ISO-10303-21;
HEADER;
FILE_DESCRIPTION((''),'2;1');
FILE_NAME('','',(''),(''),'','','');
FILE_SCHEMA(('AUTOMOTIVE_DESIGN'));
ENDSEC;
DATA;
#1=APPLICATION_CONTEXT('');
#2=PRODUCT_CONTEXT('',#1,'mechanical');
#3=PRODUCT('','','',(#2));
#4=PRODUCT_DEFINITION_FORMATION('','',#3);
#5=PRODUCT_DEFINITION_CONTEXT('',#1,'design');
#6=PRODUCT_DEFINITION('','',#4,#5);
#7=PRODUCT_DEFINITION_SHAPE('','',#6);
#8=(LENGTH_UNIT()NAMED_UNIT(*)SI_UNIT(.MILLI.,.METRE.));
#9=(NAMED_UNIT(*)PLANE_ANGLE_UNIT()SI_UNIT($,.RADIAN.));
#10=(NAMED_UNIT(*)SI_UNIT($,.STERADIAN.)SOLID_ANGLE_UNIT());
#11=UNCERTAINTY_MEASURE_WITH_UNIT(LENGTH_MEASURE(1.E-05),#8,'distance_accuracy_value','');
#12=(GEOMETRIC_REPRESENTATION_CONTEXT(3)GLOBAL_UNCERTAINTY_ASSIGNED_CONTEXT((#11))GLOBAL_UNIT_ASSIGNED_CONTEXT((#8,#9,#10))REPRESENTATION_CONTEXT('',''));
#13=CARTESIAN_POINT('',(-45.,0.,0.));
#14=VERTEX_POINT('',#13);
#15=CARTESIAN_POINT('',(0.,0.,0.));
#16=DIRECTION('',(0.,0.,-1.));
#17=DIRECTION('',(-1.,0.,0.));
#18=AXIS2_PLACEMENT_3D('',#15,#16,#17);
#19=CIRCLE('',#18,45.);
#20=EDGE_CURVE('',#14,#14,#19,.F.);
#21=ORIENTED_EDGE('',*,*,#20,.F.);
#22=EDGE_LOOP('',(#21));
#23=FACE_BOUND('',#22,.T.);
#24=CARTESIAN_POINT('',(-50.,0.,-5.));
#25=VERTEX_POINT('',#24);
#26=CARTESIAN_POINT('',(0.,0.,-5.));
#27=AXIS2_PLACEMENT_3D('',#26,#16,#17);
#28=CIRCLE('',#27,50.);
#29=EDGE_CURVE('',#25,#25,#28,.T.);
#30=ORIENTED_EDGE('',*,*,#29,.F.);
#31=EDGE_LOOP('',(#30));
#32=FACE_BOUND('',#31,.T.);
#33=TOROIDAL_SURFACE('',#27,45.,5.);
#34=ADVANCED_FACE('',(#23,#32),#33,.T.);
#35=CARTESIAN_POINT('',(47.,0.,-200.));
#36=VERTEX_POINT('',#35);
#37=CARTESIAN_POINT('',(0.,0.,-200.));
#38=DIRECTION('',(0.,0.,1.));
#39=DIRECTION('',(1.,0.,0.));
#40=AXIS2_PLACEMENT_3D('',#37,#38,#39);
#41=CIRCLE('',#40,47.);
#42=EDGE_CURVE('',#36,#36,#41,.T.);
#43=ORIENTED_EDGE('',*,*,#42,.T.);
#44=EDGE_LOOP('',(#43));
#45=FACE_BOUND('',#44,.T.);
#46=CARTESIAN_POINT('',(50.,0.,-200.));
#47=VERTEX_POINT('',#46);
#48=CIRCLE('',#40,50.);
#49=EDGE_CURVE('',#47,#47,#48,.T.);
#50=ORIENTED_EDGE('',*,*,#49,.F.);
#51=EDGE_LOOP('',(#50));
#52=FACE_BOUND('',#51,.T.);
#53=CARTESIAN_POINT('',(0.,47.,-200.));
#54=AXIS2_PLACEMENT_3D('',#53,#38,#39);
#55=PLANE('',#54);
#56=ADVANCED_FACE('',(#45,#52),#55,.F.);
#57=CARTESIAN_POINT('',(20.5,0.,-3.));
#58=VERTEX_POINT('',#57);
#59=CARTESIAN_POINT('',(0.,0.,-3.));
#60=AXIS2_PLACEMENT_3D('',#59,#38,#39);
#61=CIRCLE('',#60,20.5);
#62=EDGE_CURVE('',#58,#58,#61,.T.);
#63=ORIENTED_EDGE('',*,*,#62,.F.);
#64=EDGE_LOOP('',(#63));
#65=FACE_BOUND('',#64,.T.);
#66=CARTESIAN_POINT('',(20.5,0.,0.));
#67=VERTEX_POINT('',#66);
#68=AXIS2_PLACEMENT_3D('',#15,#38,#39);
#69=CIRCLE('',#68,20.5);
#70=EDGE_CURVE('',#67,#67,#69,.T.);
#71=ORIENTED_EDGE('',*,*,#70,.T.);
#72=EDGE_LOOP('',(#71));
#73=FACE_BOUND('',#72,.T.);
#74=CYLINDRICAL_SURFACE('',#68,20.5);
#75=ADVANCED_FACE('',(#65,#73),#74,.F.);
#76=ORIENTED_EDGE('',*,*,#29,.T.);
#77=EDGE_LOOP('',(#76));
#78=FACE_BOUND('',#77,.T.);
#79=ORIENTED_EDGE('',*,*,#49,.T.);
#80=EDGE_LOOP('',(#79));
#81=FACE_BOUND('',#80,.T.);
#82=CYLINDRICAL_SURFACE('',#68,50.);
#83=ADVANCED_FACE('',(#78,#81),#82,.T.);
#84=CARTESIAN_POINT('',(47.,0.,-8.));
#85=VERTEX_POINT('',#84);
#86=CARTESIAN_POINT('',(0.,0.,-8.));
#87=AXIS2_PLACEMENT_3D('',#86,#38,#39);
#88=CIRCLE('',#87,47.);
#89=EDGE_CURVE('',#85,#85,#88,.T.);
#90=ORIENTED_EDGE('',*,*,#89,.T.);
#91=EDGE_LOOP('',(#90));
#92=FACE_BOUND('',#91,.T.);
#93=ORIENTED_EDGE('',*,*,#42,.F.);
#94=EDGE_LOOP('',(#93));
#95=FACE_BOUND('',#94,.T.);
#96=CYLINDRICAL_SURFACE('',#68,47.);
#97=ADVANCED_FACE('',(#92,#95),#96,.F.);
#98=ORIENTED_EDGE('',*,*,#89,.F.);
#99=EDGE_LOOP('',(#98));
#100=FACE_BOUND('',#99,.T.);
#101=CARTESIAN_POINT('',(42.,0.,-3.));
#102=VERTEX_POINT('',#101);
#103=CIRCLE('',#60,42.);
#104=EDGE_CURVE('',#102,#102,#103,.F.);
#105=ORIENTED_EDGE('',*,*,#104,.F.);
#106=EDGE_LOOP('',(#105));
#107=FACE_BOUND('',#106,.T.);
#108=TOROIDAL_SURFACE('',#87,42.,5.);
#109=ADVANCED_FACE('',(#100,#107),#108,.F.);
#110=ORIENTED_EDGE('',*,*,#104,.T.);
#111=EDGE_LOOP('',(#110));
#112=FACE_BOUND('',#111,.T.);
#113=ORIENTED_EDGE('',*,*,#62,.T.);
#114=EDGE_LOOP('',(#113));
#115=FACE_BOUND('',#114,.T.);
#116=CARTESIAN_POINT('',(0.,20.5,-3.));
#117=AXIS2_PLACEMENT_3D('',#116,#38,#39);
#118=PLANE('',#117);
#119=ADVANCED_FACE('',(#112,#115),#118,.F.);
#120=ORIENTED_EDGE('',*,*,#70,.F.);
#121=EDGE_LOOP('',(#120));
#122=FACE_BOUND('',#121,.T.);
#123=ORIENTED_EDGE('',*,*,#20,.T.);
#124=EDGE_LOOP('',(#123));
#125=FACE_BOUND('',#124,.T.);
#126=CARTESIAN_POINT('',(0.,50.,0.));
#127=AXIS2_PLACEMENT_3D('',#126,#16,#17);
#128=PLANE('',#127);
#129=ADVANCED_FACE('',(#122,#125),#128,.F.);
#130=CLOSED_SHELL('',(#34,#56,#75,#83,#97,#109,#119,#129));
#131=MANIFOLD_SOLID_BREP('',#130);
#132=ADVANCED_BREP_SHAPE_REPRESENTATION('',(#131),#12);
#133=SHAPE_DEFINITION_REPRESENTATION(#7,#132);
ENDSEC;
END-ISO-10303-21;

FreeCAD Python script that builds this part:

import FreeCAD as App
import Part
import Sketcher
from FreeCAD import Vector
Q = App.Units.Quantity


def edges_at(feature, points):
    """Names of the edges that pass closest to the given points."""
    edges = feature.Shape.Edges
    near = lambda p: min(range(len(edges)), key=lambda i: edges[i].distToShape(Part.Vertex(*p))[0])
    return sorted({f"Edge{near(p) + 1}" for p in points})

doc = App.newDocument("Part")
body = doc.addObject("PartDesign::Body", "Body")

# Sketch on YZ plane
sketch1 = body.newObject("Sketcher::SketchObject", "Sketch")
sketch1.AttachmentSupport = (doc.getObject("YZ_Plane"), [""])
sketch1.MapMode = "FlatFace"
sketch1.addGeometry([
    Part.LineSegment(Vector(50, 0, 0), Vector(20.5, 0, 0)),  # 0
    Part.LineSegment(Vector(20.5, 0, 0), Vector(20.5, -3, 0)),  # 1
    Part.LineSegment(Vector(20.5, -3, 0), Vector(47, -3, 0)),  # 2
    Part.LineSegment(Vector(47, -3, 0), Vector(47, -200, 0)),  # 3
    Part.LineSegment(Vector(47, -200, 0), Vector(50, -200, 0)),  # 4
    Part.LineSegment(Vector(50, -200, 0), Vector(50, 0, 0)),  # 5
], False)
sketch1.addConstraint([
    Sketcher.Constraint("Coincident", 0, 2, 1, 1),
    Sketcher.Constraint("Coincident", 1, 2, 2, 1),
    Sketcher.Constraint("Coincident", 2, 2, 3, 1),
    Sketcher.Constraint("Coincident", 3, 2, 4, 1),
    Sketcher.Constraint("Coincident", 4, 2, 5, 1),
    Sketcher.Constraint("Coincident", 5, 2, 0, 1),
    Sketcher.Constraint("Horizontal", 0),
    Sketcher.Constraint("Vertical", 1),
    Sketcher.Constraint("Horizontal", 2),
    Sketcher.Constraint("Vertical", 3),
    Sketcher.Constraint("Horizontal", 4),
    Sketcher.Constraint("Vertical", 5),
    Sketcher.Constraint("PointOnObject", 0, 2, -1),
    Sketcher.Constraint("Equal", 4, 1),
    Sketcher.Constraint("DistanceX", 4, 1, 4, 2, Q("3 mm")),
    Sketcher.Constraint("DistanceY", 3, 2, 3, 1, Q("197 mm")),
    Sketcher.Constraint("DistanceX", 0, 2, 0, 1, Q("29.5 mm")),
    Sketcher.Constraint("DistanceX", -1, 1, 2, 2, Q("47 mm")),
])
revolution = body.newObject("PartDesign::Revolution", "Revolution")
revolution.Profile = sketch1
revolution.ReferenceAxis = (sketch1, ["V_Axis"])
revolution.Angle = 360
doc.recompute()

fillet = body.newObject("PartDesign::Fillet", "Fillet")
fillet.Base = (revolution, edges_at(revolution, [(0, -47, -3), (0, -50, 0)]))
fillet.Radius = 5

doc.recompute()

# # # # #

Work item: Looking at the entries above, can you reproduce exactly the lines from the one that holds "#74=CYLINDRICAL_SURFACE('',#68,20.5);" through the one that holds "#84=CARTESIAN_POINT('',(47.,0.,-8.));", and only those?

Result of this exercise:
#74=CYLINDRICAL_SURFACE('',#68,20.5);
#75=ADVANCED_FACE('',(#65,#73),#74,.F.);
#76=ORIENTED_EDGE('',*,*,#29,.T.);
#77=EDGE_LOOP('',(#76));
#78=FACE_BOUND('',#77,.T.);
#79=ORIENTED_EDGE('',*,*,#49,.T.);
#80=EDGE_LOOP('',(#79));
#81=FACE_BOUND('',#80,.T.);
#82=CYLINDRICAL_SURFACE('',#68,50.);
#83=ADVANCED_FACE('',(#78,#81),#82,.T.);
#84=CARTESIAN_POINT('',(47.,0.,-8.));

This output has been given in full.